▶ **INFORMATION GIVEN**

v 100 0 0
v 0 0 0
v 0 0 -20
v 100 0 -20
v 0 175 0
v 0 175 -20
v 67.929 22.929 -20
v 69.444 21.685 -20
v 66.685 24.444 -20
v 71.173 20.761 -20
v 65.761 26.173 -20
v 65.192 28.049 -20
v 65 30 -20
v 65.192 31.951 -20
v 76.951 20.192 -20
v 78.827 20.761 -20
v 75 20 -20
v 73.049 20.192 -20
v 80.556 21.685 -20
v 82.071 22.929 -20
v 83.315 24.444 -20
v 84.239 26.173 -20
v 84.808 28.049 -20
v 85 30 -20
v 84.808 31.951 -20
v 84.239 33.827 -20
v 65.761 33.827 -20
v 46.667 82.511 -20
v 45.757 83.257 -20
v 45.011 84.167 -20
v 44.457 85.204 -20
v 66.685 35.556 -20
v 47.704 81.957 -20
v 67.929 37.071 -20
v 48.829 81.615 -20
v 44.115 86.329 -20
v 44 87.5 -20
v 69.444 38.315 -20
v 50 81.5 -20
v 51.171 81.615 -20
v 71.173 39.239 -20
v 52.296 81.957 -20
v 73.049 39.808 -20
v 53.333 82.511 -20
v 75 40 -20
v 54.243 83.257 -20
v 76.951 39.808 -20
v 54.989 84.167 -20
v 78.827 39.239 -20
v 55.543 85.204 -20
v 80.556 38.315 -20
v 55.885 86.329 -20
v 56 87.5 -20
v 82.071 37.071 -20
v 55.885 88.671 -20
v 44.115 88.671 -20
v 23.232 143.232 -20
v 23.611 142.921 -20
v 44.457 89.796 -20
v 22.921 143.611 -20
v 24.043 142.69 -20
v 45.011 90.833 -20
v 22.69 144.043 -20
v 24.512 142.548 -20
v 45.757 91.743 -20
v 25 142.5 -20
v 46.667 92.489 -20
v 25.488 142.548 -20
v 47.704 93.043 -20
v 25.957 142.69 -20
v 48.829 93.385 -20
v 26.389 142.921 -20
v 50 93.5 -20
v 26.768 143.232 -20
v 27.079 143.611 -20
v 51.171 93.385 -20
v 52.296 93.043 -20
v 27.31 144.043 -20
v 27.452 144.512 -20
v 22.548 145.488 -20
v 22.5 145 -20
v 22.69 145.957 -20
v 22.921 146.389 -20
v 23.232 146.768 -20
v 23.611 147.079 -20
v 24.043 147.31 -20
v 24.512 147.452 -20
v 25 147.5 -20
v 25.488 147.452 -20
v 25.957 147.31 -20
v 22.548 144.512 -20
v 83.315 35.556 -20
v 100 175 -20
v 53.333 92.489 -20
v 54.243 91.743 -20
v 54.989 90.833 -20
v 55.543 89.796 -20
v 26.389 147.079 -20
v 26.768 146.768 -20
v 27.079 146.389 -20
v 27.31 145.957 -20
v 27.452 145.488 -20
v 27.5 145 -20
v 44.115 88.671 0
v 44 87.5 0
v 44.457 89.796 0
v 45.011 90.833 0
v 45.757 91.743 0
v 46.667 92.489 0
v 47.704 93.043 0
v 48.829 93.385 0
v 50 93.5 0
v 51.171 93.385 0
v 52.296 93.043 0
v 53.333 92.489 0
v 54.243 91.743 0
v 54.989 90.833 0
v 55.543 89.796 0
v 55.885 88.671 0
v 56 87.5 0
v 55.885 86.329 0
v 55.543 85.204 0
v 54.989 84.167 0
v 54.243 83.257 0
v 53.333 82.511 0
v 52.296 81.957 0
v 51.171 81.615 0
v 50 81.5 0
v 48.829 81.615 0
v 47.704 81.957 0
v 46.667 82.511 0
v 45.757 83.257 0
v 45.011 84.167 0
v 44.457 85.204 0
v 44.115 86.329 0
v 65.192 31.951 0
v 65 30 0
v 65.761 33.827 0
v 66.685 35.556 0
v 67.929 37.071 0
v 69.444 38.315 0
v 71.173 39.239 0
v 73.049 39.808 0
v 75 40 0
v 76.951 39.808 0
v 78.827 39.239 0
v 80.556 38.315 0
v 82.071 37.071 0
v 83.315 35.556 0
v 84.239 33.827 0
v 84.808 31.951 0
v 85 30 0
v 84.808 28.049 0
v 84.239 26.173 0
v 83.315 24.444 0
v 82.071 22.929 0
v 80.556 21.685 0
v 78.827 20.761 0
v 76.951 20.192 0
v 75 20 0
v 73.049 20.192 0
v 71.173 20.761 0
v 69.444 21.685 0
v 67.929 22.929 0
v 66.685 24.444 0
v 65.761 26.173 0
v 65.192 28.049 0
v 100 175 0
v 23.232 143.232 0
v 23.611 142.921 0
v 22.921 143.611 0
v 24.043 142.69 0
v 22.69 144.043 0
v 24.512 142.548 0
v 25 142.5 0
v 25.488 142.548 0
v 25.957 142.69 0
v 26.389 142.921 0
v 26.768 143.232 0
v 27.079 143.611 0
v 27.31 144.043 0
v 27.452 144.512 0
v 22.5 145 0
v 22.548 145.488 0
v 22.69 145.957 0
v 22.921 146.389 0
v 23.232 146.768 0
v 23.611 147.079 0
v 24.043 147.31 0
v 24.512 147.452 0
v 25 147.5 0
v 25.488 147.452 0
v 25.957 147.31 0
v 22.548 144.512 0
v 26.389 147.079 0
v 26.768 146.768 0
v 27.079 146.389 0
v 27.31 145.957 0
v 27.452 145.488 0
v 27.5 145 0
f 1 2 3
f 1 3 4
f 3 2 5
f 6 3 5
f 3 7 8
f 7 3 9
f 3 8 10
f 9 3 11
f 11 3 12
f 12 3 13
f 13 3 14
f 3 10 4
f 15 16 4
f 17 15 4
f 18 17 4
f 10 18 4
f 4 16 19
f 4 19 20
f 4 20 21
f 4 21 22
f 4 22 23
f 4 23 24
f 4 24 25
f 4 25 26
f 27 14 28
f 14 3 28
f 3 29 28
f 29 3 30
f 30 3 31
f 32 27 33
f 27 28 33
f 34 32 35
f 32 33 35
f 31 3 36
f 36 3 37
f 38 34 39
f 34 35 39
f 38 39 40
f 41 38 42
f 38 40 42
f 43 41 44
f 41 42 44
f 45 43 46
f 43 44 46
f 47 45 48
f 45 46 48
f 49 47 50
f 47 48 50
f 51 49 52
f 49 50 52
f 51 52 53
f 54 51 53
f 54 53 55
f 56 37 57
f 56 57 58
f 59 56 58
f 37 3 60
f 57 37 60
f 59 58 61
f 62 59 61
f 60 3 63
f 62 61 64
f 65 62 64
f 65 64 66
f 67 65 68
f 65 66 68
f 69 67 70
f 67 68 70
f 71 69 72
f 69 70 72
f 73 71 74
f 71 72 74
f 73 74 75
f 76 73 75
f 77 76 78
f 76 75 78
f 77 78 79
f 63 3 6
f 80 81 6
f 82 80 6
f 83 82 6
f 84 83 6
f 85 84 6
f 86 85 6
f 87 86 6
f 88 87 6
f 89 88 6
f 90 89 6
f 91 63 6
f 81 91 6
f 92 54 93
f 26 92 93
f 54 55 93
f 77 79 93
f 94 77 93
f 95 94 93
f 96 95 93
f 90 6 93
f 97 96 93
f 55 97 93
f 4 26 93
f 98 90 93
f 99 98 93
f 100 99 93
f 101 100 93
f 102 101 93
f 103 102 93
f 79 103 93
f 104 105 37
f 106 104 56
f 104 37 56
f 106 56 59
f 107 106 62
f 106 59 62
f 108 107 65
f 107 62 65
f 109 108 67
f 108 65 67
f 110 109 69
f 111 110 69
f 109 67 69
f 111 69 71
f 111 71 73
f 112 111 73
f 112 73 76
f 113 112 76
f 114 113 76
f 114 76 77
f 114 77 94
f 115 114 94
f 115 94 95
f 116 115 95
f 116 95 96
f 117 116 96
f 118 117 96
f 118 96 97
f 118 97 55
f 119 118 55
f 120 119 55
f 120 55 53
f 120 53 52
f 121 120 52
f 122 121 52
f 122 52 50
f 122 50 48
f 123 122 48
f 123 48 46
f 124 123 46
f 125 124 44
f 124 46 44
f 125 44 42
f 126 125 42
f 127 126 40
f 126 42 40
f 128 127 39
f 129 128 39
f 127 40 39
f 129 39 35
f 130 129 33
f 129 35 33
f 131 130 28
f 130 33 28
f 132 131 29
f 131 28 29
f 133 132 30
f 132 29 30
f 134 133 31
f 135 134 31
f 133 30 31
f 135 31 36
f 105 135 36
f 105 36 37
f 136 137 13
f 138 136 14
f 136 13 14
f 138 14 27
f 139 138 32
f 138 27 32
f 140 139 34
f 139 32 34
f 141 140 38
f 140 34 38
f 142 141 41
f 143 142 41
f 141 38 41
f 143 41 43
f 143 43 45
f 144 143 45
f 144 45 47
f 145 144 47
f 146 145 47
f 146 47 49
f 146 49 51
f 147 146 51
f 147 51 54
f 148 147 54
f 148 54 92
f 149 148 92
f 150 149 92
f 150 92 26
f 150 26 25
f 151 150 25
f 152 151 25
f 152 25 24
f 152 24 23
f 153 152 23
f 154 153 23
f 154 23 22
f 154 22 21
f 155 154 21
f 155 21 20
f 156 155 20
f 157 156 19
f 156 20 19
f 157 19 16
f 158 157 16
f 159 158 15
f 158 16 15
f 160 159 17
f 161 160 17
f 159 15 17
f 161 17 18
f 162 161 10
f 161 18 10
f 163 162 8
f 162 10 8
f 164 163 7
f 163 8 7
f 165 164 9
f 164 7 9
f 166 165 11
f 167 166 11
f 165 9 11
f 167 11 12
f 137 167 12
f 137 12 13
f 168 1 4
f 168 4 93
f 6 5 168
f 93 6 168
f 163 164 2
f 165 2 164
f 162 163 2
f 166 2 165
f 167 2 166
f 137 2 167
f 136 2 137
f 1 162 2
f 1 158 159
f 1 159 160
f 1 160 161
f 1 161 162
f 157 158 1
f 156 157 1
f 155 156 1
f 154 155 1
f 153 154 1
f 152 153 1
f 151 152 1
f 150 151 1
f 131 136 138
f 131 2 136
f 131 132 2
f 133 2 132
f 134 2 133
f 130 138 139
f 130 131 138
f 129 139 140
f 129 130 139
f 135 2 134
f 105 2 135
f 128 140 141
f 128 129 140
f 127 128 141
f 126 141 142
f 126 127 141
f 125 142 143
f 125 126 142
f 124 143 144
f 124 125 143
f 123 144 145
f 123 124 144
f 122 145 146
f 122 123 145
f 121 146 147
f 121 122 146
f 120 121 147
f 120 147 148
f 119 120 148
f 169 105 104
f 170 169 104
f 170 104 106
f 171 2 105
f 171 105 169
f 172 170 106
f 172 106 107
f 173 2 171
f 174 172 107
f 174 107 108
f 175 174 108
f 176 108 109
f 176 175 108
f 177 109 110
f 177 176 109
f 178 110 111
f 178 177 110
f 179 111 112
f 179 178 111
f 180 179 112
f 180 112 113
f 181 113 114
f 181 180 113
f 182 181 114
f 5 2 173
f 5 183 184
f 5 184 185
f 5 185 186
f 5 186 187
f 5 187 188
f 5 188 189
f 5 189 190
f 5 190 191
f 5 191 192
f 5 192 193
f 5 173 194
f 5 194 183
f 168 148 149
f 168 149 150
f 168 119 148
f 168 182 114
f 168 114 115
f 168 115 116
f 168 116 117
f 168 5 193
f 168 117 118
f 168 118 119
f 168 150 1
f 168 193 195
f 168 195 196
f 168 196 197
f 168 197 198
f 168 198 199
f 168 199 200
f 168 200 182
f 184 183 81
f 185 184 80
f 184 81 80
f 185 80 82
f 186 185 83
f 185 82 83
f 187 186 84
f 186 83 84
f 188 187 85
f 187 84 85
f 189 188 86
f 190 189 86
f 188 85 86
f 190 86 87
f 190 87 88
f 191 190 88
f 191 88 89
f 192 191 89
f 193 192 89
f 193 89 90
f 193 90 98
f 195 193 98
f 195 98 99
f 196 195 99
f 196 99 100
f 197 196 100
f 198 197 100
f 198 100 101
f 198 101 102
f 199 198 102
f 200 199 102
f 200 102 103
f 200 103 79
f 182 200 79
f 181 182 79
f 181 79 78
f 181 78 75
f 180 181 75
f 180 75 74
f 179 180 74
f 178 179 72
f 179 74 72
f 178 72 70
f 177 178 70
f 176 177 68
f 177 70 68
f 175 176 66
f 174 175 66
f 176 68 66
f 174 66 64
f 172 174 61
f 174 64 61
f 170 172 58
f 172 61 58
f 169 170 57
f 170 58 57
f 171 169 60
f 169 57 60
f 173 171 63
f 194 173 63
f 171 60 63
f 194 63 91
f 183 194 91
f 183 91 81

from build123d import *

# Parameters (mm, degrees)
SKETCH1_W                  = 100
SKETCH1_H                  = 175
BOSS_EXTRUDE1_DEPTH        = 20
F_5_0_5_DIAMETER_HOLE1_D   = 5
F_12_0_12_DIAMETER_HOLE1_D = 12
F_20_0_20_DIAMETER_HOLE1_D = 20


with BuildPart() as part:
    # Sketch1 → Boss-Extrude1 (new body)
    with BuildSketch(Plane.XY):
        with Locations((50, 87.5)):
            Rectangle(SKETCH1_W, SKETCH1_H)
    extrude(amount=-BOSS_EXTRUDE1_DEPTH)

    # Ø5.0 (5) Diameter Hole1 (through all)
    with Locations(Plane.XY):
        with Locations((25, 145)):
            Hole(F_5_0_5_DIAMETER_HOLE1_D / 2)

    # Ø12.0 (12) Diameter Hole1 (through all)
    with Locations(Plane.XY):
        with Locations((50, 87.5)):
            Hole(F_12_0_12_DIAMETER_HOLE1_D / 2)

    # Ø20.0 (20) Diameter Hole1 (through all)
    with Locations(Plane.XY):
        with Locations((75, 30)):
            Hole(F_20_0_20_DIAMETER_HOLE1_D / 2)


solid = part.part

▶ **EXERCISE INSTRUCTIONS**
Return only the lines between the one holding "v 100 0 -20" and the one holding "v 44.115 86.329 -20", inclusive, exactly as they appear above.

▶ **THE COMPLETED TASK**
v 100 0 -20
v 0 175 0
v 0 175 -20
v 67.929 22.929 -20
v 69.444 21.685 -20
v 66.685 24.444 -20
v 71.173 20.761 -20
v 65.761 26.173 -20
v 65.192 28.049 -20
v 65 30 -20
v 65.192 31.951 -20
v 76.951 20.192 -20
v 78.827 20.761 -20
v 75 20 -20
v 73.049 20.192 -20
v 80.556 21.685 -20
v 82.071 22.929 -20
v 83.315 24.444 -20
v 84.239 26.173 -20
v 84.808 28.049 -20
v 85 30 -20
v 84.808 31.951 -20
v 84.239 33.827 -20
v 65.761 33.827 -20
v 46.667 82.511 -20
v 45.757 83.257 -20
v 45.011 84.167 -20
v 44.457 85.204 -20
v 66.685 35.556 -20
v 47.704 81.957 -20
v 67.929 37.071 -20
v 48.829 81.615 -20
v 44.115 86.329 -20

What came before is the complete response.